Recognising the weakness in the system and in a position to influence those abusing the law the Duke of Gordon was able to persuade government to lift the stifling restraints on production and opened the door to a revolution which saw the production of spirit exponentially increase. Hand in hand with this mushrooming of quality output at affordable prices  was the proliferation of legal stills. From an established base of three licensed stills, before 1823, Campbeltown was able to count 27 registered distillers by 1834 and 30 by 1843. A total of 34 licences have been recorded in the period of 1817 to 1829. Indeed one street alone, Longrow, had no less than 7 distilleries along its length.Hence, uniquely, a town became a whole region classification in the production of whisky. Although today flavour boundaries are less well defined geographically compared to the past in its heyday Campbeltown was known for its full bodied malts, similar in taste to today’s heavily peated Islay whiskies. This character was popular in Glasgow at this time and welcomed by blenders when grain and malts were mixed. By adding an economic amount of Campbeltown to a cheap mix of grains the drinker would not notice a lack of flavour in their glass.

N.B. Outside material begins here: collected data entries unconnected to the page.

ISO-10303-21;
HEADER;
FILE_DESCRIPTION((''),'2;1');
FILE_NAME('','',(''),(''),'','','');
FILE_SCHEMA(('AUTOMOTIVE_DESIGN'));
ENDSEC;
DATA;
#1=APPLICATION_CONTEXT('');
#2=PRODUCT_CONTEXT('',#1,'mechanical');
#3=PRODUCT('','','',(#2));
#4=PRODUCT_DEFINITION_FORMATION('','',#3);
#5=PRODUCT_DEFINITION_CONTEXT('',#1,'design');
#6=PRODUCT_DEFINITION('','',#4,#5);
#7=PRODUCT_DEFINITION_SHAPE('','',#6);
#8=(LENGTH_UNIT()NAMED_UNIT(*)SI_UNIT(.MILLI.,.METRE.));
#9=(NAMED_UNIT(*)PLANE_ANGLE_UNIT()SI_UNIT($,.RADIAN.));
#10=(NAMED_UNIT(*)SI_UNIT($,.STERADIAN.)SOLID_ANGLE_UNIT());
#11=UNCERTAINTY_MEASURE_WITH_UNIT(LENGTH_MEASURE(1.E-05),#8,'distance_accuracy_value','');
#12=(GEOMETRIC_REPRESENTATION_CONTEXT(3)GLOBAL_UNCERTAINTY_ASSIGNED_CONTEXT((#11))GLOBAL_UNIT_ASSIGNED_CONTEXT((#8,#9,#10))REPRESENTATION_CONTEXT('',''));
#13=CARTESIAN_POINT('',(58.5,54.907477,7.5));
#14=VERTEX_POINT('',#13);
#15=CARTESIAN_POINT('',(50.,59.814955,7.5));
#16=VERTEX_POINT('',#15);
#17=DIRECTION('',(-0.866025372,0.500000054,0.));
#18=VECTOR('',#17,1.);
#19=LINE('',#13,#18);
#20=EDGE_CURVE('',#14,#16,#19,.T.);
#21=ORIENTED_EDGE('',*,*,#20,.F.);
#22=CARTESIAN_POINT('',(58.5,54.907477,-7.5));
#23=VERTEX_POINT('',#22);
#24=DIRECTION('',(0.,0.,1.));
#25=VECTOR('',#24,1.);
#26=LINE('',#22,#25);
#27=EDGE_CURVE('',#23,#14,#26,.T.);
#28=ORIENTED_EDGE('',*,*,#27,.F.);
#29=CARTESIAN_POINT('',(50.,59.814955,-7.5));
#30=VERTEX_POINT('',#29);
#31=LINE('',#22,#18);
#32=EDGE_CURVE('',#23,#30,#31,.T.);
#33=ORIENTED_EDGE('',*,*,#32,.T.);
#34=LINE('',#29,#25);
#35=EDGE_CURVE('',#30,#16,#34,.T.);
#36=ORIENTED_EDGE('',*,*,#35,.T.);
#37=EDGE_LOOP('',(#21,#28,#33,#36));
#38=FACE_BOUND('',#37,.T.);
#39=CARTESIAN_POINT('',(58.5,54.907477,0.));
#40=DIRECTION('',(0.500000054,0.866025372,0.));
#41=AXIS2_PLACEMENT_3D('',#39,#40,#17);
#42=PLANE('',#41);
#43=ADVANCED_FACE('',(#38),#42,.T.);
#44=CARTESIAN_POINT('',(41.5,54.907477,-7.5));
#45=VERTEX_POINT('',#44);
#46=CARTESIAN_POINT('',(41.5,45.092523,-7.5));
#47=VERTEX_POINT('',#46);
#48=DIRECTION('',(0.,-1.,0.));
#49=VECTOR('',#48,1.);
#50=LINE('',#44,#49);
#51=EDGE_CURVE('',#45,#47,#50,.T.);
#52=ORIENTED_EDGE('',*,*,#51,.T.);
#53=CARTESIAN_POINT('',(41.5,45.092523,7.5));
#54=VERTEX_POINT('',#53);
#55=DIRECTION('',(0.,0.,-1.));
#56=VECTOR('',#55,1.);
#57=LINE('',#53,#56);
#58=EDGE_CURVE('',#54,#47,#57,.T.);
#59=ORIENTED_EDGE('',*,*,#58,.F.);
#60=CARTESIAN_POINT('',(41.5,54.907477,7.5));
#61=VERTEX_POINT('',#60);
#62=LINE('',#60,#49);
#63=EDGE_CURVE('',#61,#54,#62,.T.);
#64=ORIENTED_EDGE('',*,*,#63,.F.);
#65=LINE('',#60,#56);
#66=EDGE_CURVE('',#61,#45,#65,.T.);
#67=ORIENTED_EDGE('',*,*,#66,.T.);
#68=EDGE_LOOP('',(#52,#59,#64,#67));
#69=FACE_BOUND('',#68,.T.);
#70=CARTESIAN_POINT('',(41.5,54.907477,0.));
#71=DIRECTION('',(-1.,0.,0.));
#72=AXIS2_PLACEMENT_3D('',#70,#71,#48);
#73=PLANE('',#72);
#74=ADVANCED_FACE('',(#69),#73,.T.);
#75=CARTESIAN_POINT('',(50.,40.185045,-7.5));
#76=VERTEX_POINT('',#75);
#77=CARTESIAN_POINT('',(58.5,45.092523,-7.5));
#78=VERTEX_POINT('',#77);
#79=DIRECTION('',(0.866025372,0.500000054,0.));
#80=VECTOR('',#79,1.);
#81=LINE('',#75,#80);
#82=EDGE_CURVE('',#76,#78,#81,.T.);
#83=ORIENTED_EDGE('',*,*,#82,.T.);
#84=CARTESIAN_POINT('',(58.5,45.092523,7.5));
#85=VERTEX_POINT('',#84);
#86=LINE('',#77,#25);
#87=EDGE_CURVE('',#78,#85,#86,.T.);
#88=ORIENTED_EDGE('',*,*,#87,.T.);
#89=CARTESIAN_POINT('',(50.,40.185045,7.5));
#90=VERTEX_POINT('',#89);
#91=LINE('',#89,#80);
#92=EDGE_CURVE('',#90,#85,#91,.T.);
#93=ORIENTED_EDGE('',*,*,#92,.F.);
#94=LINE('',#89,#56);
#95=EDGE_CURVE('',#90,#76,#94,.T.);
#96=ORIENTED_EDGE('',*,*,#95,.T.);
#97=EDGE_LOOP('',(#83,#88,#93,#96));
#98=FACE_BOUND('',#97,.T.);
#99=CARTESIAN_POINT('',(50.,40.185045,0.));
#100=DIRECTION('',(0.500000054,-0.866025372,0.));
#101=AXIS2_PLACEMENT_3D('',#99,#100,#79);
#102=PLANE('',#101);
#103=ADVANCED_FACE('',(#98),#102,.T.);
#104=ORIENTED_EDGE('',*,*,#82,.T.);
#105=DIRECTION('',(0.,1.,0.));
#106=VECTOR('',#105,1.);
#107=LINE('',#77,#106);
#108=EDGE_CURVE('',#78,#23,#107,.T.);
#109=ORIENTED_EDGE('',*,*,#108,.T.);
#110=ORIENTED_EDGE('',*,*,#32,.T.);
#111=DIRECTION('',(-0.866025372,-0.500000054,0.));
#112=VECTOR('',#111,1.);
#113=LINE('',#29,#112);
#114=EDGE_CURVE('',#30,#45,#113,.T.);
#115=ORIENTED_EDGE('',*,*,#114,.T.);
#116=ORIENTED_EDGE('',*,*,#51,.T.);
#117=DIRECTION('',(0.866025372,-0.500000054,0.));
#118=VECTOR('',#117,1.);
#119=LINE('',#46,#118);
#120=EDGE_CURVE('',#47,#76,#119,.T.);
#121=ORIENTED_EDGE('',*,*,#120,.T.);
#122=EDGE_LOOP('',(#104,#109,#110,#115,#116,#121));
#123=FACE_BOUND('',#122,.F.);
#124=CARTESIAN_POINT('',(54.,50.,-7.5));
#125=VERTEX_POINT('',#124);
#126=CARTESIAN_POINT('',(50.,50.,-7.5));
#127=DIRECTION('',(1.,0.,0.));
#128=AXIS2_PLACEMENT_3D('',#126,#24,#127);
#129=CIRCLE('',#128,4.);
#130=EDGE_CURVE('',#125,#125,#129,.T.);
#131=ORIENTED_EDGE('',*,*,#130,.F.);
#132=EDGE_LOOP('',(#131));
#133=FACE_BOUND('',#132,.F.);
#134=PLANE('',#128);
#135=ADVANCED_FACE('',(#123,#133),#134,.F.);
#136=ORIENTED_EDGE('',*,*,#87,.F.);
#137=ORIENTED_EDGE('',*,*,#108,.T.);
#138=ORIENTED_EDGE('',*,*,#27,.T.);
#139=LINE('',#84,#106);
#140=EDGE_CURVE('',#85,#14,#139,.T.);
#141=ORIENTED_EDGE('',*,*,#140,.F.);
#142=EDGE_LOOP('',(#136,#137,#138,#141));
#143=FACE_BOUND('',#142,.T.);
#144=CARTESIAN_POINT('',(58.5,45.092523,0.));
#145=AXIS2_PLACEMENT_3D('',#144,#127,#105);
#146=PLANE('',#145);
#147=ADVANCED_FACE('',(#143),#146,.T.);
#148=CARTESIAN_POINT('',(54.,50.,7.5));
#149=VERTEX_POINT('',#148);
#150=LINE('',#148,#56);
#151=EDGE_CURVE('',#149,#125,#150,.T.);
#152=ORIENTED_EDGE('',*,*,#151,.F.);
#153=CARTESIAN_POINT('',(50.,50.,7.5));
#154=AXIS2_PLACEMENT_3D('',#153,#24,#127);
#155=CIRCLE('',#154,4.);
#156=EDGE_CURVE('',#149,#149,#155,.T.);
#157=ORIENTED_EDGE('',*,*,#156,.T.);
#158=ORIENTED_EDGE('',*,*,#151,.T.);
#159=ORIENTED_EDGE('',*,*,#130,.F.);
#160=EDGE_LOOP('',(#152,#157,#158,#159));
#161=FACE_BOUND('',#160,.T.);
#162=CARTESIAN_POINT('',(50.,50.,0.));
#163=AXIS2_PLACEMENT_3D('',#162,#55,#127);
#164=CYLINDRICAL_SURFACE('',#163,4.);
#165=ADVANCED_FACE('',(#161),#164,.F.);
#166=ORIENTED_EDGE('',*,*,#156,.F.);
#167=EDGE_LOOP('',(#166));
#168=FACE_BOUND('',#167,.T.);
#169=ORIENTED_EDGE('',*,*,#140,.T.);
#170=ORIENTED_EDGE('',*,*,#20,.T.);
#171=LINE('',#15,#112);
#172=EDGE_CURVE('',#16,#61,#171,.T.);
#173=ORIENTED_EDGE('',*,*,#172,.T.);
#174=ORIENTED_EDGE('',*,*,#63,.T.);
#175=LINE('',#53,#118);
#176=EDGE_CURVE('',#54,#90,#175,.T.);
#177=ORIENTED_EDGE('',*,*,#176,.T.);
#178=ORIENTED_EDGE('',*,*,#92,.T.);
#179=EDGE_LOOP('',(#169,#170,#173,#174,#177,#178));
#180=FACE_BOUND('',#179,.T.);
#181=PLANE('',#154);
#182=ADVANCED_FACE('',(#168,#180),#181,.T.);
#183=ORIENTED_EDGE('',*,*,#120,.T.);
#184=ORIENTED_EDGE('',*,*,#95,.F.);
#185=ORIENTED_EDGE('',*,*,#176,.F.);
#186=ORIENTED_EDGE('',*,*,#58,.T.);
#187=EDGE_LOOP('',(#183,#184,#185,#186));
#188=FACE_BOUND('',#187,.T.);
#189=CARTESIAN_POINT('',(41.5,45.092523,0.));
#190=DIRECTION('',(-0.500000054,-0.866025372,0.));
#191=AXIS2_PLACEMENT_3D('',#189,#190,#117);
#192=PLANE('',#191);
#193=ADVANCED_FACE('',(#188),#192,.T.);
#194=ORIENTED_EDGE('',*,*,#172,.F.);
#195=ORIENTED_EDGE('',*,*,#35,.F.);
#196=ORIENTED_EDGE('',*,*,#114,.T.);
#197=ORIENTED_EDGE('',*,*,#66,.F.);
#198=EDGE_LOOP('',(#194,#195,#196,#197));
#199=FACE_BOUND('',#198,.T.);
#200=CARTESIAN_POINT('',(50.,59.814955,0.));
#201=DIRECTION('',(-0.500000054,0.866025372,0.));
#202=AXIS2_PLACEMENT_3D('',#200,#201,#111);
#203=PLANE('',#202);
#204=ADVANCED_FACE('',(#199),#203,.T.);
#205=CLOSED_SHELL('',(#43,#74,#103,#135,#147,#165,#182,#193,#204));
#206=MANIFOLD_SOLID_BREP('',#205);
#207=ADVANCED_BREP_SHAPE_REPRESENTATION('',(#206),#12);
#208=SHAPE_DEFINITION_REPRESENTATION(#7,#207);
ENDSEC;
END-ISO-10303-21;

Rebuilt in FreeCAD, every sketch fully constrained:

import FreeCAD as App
import Part
import Sketcher

V = App.Vector
Q = App.Units.Quantity


def add_polygon(sketch, points):
    """Adds a closed chain of lines whose ends are joined by coincident constraints."""
    first, n = sketch.GeometryCount, len(points)
    for a, b in zip(points, points[1:] + points[:1]):
        sketch.addGeometry(Part.LineSegment(App.Vector(*a, 0), App.Vector(*b, 0)), False)
    for i in range(n):
        sketch.addConstraint(Sketcher.Constraint("Coincident", first + i, 2, first + (i + 1) % n, 1))

doc = App.newDocument("Part")
body = doc.addObject("PartDesign::Body", "Body")

sketch1 = body.newObject("Sketcher::SketchObject", "Sketch")
sketch1.AttachmentSupport = (doc.getObject("XY_Plane"), [""])
sketch1.MapMode = "FlatFace"
add_polygon(sketch1, [(0, -9.8), (8.5, -4.9), (8.5, 4.9), (0, 9.8), (-8.5, 4.9), (-8.5, -4.9)])
sketch1.addGeometry(Part.Circle(V(0, 0, 0), V(0, 0, 1), 4), False)
sketch1.addConstraint([
    Sketcher.Constraint("Vertical", 1),
    Sketcher.Constraint("Vertical", 4),
    Sketcher.Constraint("Coincident", 6, 3, -1, 1),
    Sketcher.Constraint("Symmetric", 0, 2, 3, 2, -1, 1),
    Sketcher.Constraint("Symmetric", 2, 2, 5, 2, -1, 1),
    Sketcher.Constraint("PointOnObject", 2, 2, -2),
    Sketcher.Constraint("Parallel", 2, 5),
    Sketcher.Constraint("Horizontal", 1, 2, 3, 2),
    Sketcher.Constraint("Diameter", 6, 8.0),
    Sketcher.Constraint("Angle", 0, Q("30.000004 deg")),
    Sketcher.Constraint("DistanceX", 3, 2, 1, 2, 17.0),
    Sketcher.Constraint("DistanceY", 1, 1, 1, 2, 9.814954),
])
pad1 = body.newObject("PartDesign::Pad", "Pad")
pad1.Profile = sketch1
pad1.Length = 15
pad1.Midplane = True
body2 = doc.addObject("PartDesign::Body", "Body001")
doc.recompute()

body.Placement = App.Placement(V(50, 50, 0), App.Rotation(V(0, 0, 1), 0))
boolean = body2.newObject("PartDesign::Boolean", "Boolean")
boolean.Type = "Fuse"
boolean.addObjects([body])

doc.recompute()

Taking full advantage of their position the Mitchells, as well as 2 or 3 other local dynasties, built their own mini empires. Archibald Senior had 5 children, son William was at first a business partner to brother John (who himself had originally bought out his cousin’s stake in Toberanrigh) in Springbank having bought it from John’s father-in-law in 1837. Records show their partnership as J. W. Mitchell Co. at least between 1852 and 1860. However after a disagreement William left to partner other brother Archibald Junior at Rieclachan (founded 1825). Later still William set up on his own as founder of Glen Gyle in 1872. On William’s departure from Springbank John was joined by his son, Alexander. Together they went on to found J. A. Mitchell in 1878 which by 1881 was limited as a company after some rebuilding of the plant. This was to be dissolved on Alexander’s sequestration in 1890 but was later reconstructed by 1897 and remains the name of the present owners. The last brother. Hugh, joined Archibald Junior at Rieclachan. Their sister, Mary, founded Drumore in 1824.

Around the date of 1887, in a town of less than 2000 inhabitants, there were 21 distilleries. As an example Springbank was employing 15 people. The town was said to be the second wealthiest in the British empire. So what went wrong? Why is there only three distilleries operating in Campbeltown today? Is the town still considered a region? The answer does not lie in a single event but like the ascendancy of the town can be attributed to a conspiracy of circumstances. As the industry received a huge leg-up by the relaxing of laws in 1823 it benefited once again at the end of that century. This time the rise in popularity can be credited to the phenomenal success of blending. It was now possible to reach more palates and pockets thanks to the mixing of the expensive full flavoured malts with the cheaper lighter grains. Twin this with some marketing entrepreneurs and a lack of brandy, brought about by the decimation of European vines after an insect plague, the late Victorian era saw another spate of distillery construction. Campbeltown, perhaps at saturation point, did not partake in this latest bonanza to nearly the same degree that the Speyside region enjoyed. An excellent transport network offered by the railways, Campbeltown’s remoteness now acting as a weakness, further attracted blending company accountants to deal with the previously distant North East. The Cognac drinkers of England could more accept a  substitute that was based on the milder character of the Speyside region’s spirit, finding the once popular full flavour of peaty malts too aggressive.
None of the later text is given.